▸ TASK TO COMPLETE
Output every line from the beginning of the records through the line that contains "#61=DIRECTION('',(1.,0.,0.));", exactly as it appears.

Collected data entries
□ □ □ □ □

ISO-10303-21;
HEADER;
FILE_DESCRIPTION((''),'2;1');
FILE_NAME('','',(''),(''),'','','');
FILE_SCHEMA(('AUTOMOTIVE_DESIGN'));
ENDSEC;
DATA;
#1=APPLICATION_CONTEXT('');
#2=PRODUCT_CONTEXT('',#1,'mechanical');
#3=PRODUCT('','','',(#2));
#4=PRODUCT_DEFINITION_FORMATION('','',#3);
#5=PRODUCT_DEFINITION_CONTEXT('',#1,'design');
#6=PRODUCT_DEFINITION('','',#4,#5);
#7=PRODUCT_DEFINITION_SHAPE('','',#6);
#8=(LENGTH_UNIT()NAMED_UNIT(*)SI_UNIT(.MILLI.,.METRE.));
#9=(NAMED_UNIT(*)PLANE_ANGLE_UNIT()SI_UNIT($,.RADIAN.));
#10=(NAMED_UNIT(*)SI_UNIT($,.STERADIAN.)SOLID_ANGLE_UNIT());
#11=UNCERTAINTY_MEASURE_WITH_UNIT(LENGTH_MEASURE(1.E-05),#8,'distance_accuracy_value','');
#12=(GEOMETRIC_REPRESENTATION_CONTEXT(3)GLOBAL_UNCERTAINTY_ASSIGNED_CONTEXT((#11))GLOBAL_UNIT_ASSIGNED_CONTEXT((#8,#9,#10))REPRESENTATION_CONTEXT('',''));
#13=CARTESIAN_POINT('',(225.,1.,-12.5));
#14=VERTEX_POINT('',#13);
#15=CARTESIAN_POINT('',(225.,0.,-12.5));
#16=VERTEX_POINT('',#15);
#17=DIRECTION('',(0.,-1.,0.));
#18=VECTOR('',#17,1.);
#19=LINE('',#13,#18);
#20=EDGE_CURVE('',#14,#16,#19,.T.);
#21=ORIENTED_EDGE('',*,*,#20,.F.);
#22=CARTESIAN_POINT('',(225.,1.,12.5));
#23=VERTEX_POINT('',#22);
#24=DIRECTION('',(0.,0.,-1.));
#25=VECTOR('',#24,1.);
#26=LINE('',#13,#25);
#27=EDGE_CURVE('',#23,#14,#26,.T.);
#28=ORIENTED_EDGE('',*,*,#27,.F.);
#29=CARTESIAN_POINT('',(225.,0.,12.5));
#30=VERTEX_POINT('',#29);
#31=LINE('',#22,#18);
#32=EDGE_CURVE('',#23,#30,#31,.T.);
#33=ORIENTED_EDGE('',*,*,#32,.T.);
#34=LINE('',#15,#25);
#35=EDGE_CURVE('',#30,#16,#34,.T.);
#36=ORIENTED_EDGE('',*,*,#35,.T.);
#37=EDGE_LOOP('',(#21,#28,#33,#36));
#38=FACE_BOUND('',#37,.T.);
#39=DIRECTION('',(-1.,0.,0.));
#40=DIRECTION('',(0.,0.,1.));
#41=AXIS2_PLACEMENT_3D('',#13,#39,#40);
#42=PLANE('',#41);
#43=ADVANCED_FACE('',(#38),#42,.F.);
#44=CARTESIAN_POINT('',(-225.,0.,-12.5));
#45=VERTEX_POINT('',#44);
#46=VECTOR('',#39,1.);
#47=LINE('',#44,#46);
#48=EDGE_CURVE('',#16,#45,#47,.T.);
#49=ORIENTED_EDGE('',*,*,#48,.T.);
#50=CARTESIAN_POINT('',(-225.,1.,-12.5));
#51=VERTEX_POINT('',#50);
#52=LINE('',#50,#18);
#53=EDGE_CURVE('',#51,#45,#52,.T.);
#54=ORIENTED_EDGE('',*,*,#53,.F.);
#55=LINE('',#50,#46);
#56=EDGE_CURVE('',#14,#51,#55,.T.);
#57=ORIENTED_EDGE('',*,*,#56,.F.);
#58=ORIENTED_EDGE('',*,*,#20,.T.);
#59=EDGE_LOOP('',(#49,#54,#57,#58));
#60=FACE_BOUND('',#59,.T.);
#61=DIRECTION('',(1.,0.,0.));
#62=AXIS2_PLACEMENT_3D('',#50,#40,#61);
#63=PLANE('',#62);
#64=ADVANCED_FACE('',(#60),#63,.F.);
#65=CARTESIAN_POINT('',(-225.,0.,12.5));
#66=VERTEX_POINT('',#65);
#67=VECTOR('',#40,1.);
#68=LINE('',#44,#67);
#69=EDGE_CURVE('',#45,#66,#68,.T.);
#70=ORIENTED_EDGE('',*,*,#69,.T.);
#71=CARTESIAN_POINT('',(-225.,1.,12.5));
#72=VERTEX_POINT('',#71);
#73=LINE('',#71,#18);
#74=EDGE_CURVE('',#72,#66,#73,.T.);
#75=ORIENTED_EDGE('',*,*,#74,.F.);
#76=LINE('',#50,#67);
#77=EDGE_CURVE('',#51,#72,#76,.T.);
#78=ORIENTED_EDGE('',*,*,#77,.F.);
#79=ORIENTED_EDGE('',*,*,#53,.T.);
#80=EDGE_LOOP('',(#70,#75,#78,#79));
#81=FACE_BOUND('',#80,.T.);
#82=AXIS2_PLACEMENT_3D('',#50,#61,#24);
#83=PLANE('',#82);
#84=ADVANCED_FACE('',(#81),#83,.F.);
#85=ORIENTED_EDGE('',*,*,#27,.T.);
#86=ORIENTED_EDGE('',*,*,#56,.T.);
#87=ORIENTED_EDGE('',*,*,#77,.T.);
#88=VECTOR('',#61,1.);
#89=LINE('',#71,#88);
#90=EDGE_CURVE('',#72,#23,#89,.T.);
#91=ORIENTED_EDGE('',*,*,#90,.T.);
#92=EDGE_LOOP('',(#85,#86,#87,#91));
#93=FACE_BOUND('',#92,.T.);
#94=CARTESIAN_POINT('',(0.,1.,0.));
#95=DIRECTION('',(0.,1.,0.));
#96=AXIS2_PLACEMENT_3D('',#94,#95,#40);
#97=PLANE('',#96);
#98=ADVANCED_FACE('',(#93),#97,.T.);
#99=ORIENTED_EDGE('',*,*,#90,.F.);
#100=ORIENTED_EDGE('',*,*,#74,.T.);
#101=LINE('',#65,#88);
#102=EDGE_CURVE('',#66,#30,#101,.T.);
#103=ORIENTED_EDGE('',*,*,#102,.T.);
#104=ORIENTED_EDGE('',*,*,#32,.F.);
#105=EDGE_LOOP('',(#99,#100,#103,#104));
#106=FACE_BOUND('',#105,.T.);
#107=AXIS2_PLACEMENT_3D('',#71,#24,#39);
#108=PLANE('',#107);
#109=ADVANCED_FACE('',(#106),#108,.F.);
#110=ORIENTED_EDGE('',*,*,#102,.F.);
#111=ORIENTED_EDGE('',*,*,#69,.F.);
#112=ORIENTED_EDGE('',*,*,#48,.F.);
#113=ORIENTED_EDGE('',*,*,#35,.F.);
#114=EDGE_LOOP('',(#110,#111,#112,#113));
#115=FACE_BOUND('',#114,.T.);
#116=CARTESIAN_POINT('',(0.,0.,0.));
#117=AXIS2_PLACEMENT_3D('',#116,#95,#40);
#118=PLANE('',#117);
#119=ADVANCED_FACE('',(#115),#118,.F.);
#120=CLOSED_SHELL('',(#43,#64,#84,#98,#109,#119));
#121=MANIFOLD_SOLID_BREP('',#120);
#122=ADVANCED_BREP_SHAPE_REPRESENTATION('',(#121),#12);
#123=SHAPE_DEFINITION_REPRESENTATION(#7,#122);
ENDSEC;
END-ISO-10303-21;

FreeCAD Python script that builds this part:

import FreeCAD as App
import Part
import Sketcher
Q = App.Units.Quantity

doc = App.newDocument("Part")
body = doc.addObject("PartDesign::Body", "Body")

# Sketch on XZ plane
sketch1 = doc.addObject("Sketcher::SketchObject", "Sketch")
body.addObject(sketch1)
sketch1.AttachmentSupport = (doc.XZ_Plane, [""])
sketch1.MapMode = "FlatFace"
sketch1.addGeometry(Part.LineSegment(App.Vector(-225, -12, 0), App.Vector(-225, 12, 0)), False)
sketch1.addGeometry(Part.LineSegment(App.Vector(-225, 12, 0), App.Vector(225, 12, 0)), False)
sketch1.addGeometry(Part.LineSegment(App.Vector(225, 12, 0), App.Vector(225, -12, 0)), False)
sketch1.addGeometry(Part.LineSegment(App.Vector(225, -12, 0), App.Vector(-225, -12, 0)), False)
sketch1.addConstraint(Sketcher.Constraint("Coincident", 0, 2, 1, 1))
sketch1.addConstraint(Sketcher.Constraint("Coincident", 1, 2, 2, 1))
sketch1.addConstraint(Sketcher.Constraint("Coincident", 2, 2, 3, 1))
sketch1.addConstraint(Sketcher.Constraint("Coincident", 3, 2, 0, 1))
sketch1.addConstraint(Sketcher.Constraint("Vertical", 0))
sketch1.addConstraint(Sketcher.Constraint("Horizontal", 1))
sketch1.addConstraint(Sketcher.Constraint("Vertical", 2))
sketch1.addConstraint(Sketcher.Constraint("Horizontal", 3))
sketch1.addConstraint(Sketcher.Constraint("Symmetric", 0, 2, 2, 2, -1, 1))
sketch1.addConstraint(Sketcher.Constraint("DistanceX", 1, 1, 1, 2, Q("450 mm")))
sketch1.addConstraint(Sketcher.Constraint("DistanceY", 0, 1, 0, 2, Q("25 mm")))
pad1 = doc.addObject("PartDesign::Pad", "Pad")
body.addObject(pad1)
pad1.Profile = sketch1
pad1.Length = 1
pad1.Reversed = True

doc.recompute()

□ □ □ □ □

▸ TASK ANSWER
ISO-10303-21;
HEADER;
FILE_DESCRIPTION((''),'2;1');
FILE_NAME('','',(''),(''),'','','');
FILE_SCHEMA(('AUTOMOTIVE_DESIGN'));
ENDSEC;
DATA;
#1=APPLICATION_CONTEXT('');
#2=PRODUCT_CONTEXT('',#1,'mechanical');
#3=PRODUCT('','','',(#2));
#4=PRODUCT_DEFINITION_FORMATION('','',#3);
#5=PRODUCT_DEFINITION_CONTEXT('',#1,'design');
#6=PRODUCT_DEFINITION('','',#4,#5);
#7=PRODUCT_DEFINITION_SHAPE('','',#6);
#8=(LENGTH_UNIT()NAMED_UNIT(*)SI_UNIT(.MILLI.,.METRE.));
#9=(NAMED_UNIT(*)PLANE_ANGLE_UNIT()SI_UNIT($,.RADIAN.));
#10=(NAMED_UNIT(*)SI_UNIT($,.STERADIAN.)SOLID_ANGLE_UNIT());
#11=UNCERTAINTY_MEASURE_WITH_UNIT(LENGTH_MEASURE(1.E-05),#8,'distance_accuracy_value','');
#12=(GEOMETRIC_REPRESENTATION_CONTEXT(3)GLOBAL_UNCERTAINTY_ASSIGNED_CONTEXT((#11))GLOBAL_UNIT_ASSIGNED_CONTEXT((#8,#9,#10))REPRESENTATION_CONTEXT('',''));
#13=CARTESIAN_POINT('',(225.,1.,-12.5));
#14=VERTEX_POINT('',#13);
#15=CARTESIAN_POINT('',(225.,0.,-12.5));
#16=VERTEX_POINT('',#15);
#17=DIRECTION('',(0.,-1.,0.));
#18=VECTOR('',#17,1.);
#19=LINE('',#13,#18);
#20=EDGE_CURVE('',#14,#16,#19,.T.);
#21=ORIENTED_EDGE('',*,*,#20,.F.);
#22=CARTESIAN_POINT('',(225.,1.,12.5));
#23=VERTEX_POINT('',#22);
#24=DIRECTION('',(0.,0.,-1.));
#25=VECTOR('',#24,1.);
#26=LINE('',#13,#25);
#27=EDGE_CURVE('',#23,#14,#26,.T.);
#28=ORIENTED_EDGE('',*,*,#27,.F.);
#29=CARTESIAN_POINT('',(225.,0.,12.5));
#30=VERTEX_POINT('',#29);
#31=LINE('',#22,#18);
#32=EDGE_CURVE('',#23,#30,#31,.T.);
#33=ORIENTED_EDGE('',*,*,#32,.T.);
#34=LINE('',#15,#25);
#35=EDGE_CURVE('',#30,#16,#34,.T.);
#36=ORIENTED_EDGE('',*,*,#35,.T.);
#37=EDGE_LOOP('',(#21,#28,#33,#36));
#38=FACE_BOUND('',#37,.T.);
#39=DIRECTION('',(-1.,0.,0.));
#40=DIRECTION('',(0.,0.,1.));
#41=AXIS2_PLACEMENT_3D('',#13,#39,#40);
#42=PLANE('',#41);
#43=ADVANCED_FACE('',(#38),#42,.F.);
#44=CARTESIAN_POINT('',(-225.,0.,-12.5));
#45=VERTEX_POINT('',#44);
#46=VECTOR('',#39,1.);
#47=LINE('',#44,#46);
#48=EDGE_CURVE('',#16,#45,#47,.T.);
#49=ORIENTED_EDGE('',*,*,#48,.T.);
#50=CARTESIAN_POINT('',(-225.,1.,-12.5));
#51=VERTEX_POINT('',#50);
#52=LINE('',#50,#18);
#53=EDGE_CURVE('',#51,#45,#52,.T.);
#54=ORIENTED_EDGE('',*,*,#53,.F.);
#55=LINE('',#50,#46);
#56=EDGE_CURVE('',#14,#51,#55,.T.);
#57=ORIENTED_EDGE('',*,*,#56,.F.);
#58=ORIENTED_EDGE('',*,*,#20,.T.);
#59=EDGE_LOOP('',(#49,#54,#57,#58));
#60=FACE_BOUND('',#59,.T.);
#61=DIRECTION('',(1.,0.,0.));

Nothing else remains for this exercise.